-- RECORDS FOR THE EXERCISE follows --

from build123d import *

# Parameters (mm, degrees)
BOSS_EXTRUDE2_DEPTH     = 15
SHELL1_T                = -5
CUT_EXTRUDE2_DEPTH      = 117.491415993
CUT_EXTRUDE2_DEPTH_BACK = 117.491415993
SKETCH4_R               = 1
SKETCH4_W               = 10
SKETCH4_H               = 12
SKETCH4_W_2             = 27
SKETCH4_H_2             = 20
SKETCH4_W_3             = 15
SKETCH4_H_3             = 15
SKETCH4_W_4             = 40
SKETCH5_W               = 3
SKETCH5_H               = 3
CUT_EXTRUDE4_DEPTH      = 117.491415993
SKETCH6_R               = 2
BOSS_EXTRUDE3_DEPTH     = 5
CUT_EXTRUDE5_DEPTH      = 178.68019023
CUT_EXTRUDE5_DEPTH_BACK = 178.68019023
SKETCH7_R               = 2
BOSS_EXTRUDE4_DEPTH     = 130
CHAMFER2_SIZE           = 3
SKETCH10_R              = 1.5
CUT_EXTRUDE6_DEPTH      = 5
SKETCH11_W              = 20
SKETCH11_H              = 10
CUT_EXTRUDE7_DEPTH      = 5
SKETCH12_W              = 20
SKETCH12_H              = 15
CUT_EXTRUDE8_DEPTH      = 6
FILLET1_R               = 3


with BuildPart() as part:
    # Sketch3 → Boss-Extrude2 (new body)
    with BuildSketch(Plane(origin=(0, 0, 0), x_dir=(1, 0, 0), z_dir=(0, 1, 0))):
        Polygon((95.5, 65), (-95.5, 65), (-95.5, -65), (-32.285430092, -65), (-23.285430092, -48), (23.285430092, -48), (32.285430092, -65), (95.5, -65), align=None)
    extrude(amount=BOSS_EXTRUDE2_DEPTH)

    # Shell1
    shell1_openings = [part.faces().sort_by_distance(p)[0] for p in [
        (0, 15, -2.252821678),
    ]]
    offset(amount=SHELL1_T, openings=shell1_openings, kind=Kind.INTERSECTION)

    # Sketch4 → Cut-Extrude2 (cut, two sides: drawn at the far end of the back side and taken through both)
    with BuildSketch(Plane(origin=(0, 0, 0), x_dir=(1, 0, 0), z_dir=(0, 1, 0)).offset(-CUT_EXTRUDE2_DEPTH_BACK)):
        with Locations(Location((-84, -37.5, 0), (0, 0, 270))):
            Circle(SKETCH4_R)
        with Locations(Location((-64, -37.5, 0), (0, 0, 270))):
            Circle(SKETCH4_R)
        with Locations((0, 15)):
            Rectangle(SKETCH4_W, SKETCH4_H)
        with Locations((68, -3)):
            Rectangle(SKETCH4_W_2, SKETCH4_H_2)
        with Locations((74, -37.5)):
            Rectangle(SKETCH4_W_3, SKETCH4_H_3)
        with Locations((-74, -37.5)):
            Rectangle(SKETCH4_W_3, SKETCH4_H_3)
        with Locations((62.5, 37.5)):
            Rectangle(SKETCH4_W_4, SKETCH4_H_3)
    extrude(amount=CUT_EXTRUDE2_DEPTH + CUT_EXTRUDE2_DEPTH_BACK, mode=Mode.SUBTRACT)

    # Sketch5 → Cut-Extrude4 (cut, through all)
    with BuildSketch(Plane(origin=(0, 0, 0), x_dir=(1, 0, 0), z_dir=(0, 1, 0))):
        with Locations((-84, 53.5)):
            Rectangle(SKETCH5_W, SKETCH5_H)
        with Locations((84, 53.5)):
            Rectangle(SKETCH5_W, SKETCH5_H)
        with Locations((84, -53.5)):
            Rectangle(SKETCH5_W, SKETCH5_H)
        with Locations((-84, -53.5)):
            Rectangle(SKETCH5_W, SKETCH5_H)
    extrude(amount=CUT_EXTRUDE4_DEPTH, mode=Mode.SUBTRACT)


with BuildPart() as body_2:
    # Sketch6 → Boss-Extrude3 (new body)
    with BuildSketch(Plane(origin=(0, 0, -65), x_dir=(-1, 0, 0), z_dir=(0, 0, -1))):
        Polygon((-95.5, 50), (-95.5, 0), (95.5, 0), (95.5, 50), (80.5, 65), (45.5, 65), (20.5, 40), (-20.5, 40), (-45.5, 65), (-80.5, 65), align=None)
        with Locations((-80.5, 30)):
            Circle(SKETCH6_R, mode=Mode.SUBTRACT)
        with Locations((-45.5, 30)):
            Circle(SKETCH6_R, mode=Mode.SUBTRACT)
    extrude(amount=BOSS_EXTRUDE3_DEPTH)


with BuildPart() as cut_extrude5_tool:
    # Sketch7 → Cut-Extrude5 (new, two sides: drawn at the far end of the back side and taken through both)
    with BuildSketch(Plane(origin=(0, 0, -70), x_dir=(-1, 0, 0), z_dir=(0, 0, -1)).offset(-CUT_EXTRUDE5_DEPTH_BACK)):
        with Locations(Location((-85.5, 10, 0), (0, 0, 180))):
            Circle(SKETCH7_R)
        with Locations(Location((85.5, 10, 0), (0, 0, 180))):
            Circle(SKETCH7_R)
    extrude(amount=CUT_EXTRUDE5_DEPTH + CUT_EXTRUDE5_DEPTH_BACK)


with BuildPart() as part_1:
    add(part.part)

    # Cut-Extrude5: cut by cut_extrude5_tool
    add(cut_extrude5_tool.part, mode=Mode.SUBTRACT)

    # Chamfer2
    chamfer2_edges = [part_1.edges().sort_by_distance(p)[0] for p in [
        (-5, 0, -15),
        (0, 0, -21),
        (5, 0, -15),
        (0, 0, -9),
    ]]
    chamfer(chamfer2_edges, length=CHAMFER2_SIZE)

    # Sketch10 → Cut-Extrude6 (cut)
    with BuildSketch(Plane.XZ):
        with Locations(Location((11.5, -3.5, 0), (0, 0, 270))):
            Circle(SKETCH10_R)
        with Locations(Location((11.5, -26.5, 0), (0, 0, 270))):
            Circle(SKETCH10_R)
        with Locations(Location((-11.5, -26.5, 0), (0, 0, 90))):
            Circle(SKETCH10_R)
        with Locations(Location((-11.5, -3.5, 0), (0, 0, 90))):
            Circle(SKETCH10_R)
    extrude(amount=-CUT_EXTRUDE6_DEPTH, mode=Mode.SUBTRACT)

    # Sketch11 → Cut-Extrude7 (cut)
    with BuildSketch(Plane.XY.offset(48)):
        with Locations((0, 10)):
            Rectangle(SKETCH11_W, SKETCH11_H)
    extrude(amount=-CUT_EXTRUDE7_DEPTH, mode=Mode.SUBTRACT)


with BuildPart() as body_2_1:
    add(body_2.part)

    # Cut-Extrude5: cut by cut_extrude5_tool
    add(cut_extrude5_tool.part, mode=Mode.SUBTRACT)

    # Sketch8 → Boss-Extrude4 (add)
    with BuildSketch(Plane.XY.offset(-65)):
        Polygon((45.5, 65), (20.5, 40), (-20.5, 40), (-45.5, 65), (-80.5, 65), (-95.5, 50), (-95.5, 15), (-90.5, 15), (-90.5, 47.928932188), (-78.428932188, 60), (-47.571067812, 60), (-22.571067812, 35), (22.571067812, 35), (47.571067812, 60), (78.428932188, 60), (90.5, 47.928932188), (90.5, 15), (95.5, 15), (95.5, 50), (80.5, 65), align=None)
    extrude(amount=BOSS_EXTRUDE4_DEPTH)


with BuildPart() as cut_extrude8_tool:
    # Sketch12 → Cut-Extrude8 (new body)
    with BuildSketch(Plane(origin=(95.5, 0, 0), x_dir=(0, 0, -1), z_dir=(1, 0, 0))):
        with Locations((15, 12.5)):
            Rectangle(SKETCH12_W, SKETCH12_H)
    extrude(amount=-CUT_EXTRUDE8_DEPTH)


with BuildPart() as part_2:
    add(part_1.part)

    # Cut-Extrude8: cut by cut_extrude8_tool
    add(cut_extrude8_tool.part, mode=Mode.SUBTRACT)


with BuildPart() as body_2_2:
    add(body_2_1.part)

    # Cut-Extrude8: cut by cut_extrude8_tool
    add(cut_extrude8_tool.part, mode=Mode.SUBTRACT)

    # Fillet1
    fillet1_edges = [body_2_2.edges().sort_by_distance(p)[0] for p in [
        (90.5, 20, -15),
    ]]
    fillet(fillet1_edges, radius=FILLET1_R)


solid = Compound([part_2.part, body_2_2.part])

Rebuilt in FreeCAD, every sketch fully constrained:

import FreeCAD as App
import Part
import Sketcher


def edges_at(feature, points):
    """Names of the edges that pass closest to the given points."""
    edges = feature.Shape.Edges
    near = lambda p: min(range(len(edges)), key=lambda i: edges[i].distToShape(Part.Vertex(*p))[0])
    return sorted({f"Edge{near(p) + 1}" for p in points})


def faces_at(feature, points):
    """Names of the faces that lie closest to the given points."""
    faces = feature.Shape.Faces
    near = lambda p: min(range(len(faces)), key=lambda i: faces[i].distToShape(Part.Vertex(*p))[0])
    return sorted({f"Face{near(p) + 1}" for p in points})

doc = App.newDocument("Part")
body = doc.addObject("PartDesign::Body", "Body")

# Sketch on XZ plane
sketch1 = doc.addObject("Sketcher::SketchObject", "Sketch")
body.addObject(sketch1)
sketch1.AttachmentSupport = (doc.XZ_Plane, [""])
sketch1.MapMode = "FlatFace"
sketch1.addGeometry([
    Part.LineSegment(App.Vector(96, -65, 0), App.Vector(-96, -65, 0)),  # 0
    Part.LineSegment(App.Vector(-96, -65, 0), App.Vector(-96, 65, 0)),  # 1
    Part.LineSegment(App.Vector(-96, 65, 0), App.Vector(-32, 65, 0)),  # 2
    Part.LineSegment(App.Vector(-32, 65, 0), App.Vector(-23, 48, 0)),  # 3
    Part.LineSegment(App.Vector(-23, 48, 0), App.Vector(23, 48, 0)),  # 4
    Part.LineSegment(App.Vector(23, 48, 0), App.Vector(32, 65, 0)),  # 5
    Part.LineSegment(App.Vector(32, 65, 0), App.Vector(96, 65, 0)),  # 6
    Part.LineSegment(App.Vector(96, 65, 0), App.Vector(96, -65, 0)),  # 7
], False)
sketch1.addConstraint([
    Sketcher.Constraint("Coincident", 0, 2, 1, 1),
    Sketcher.Constraint("Coincident", 1, 2, 2, 1),
    Sketcher.Constraint("Coincident", 2, 2, 3, 1),
    Sketcher.Constraint("Coincident", 3, 2, 4, 1),
    Sketcher.Constraint("Coincident", 4, 2, 5, 1),
    Sketcher.Constraint("Coincident", 5, 2, 6, 1),
    Sketcher.Constraint("Coincident", 6, 2, 7, 1),
    Sketcher.Constraint("Coincident", 7, 2, 0, 1),
    Sketcher.Constraint("Horizontal", 0),
    Sketcher.Constraint("Vertical", 1),
    Sketcher.Constraint("Horizontal", 2),
    Sketcher.Constraint("Horizontal", 4),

-- RECORDS FOR THE EXERCISE concluded --

Where does "amount" appear in the records above? Copy each line that holds it.

SOLUTION |
    extrude(amount=BOSS_EXTRUDE2_DEPTH)
    offset(amount=SHELL1_T, openings=shell1_openings, kind=Kind.INTERSECTION)
    extrude(amount=CUT_EXTRUDE2_DEPTH + CUT_EXTRUDE2_DEPTH_BACK, mode=Mode.SUBTRACT)
    extrude(amount=CUT_EXTRUDE4_DEPTH, mode=Mode.SUBTRACT)
    extrude(amount=BOSS_EXTRUDE3_DEPTH)
    extrude(amount=CUT_EXTRUDE5_DEPTH + CUT_EXTRUDE5_DEPTH_BACK)
    extrude(amount=-CUT_EXTRUDE6_DEPTH, mode=Mode.SUBTRACT)
    extrude(amount=-CUT_EXTRUDE7_DEPTH, mode=Mode.SUBTRACT)
    extrude(amount=BOSS_EXTRUDE4_DEPTH)
    extrude(amount=-CUT_EXTRUDE8_DEPTH)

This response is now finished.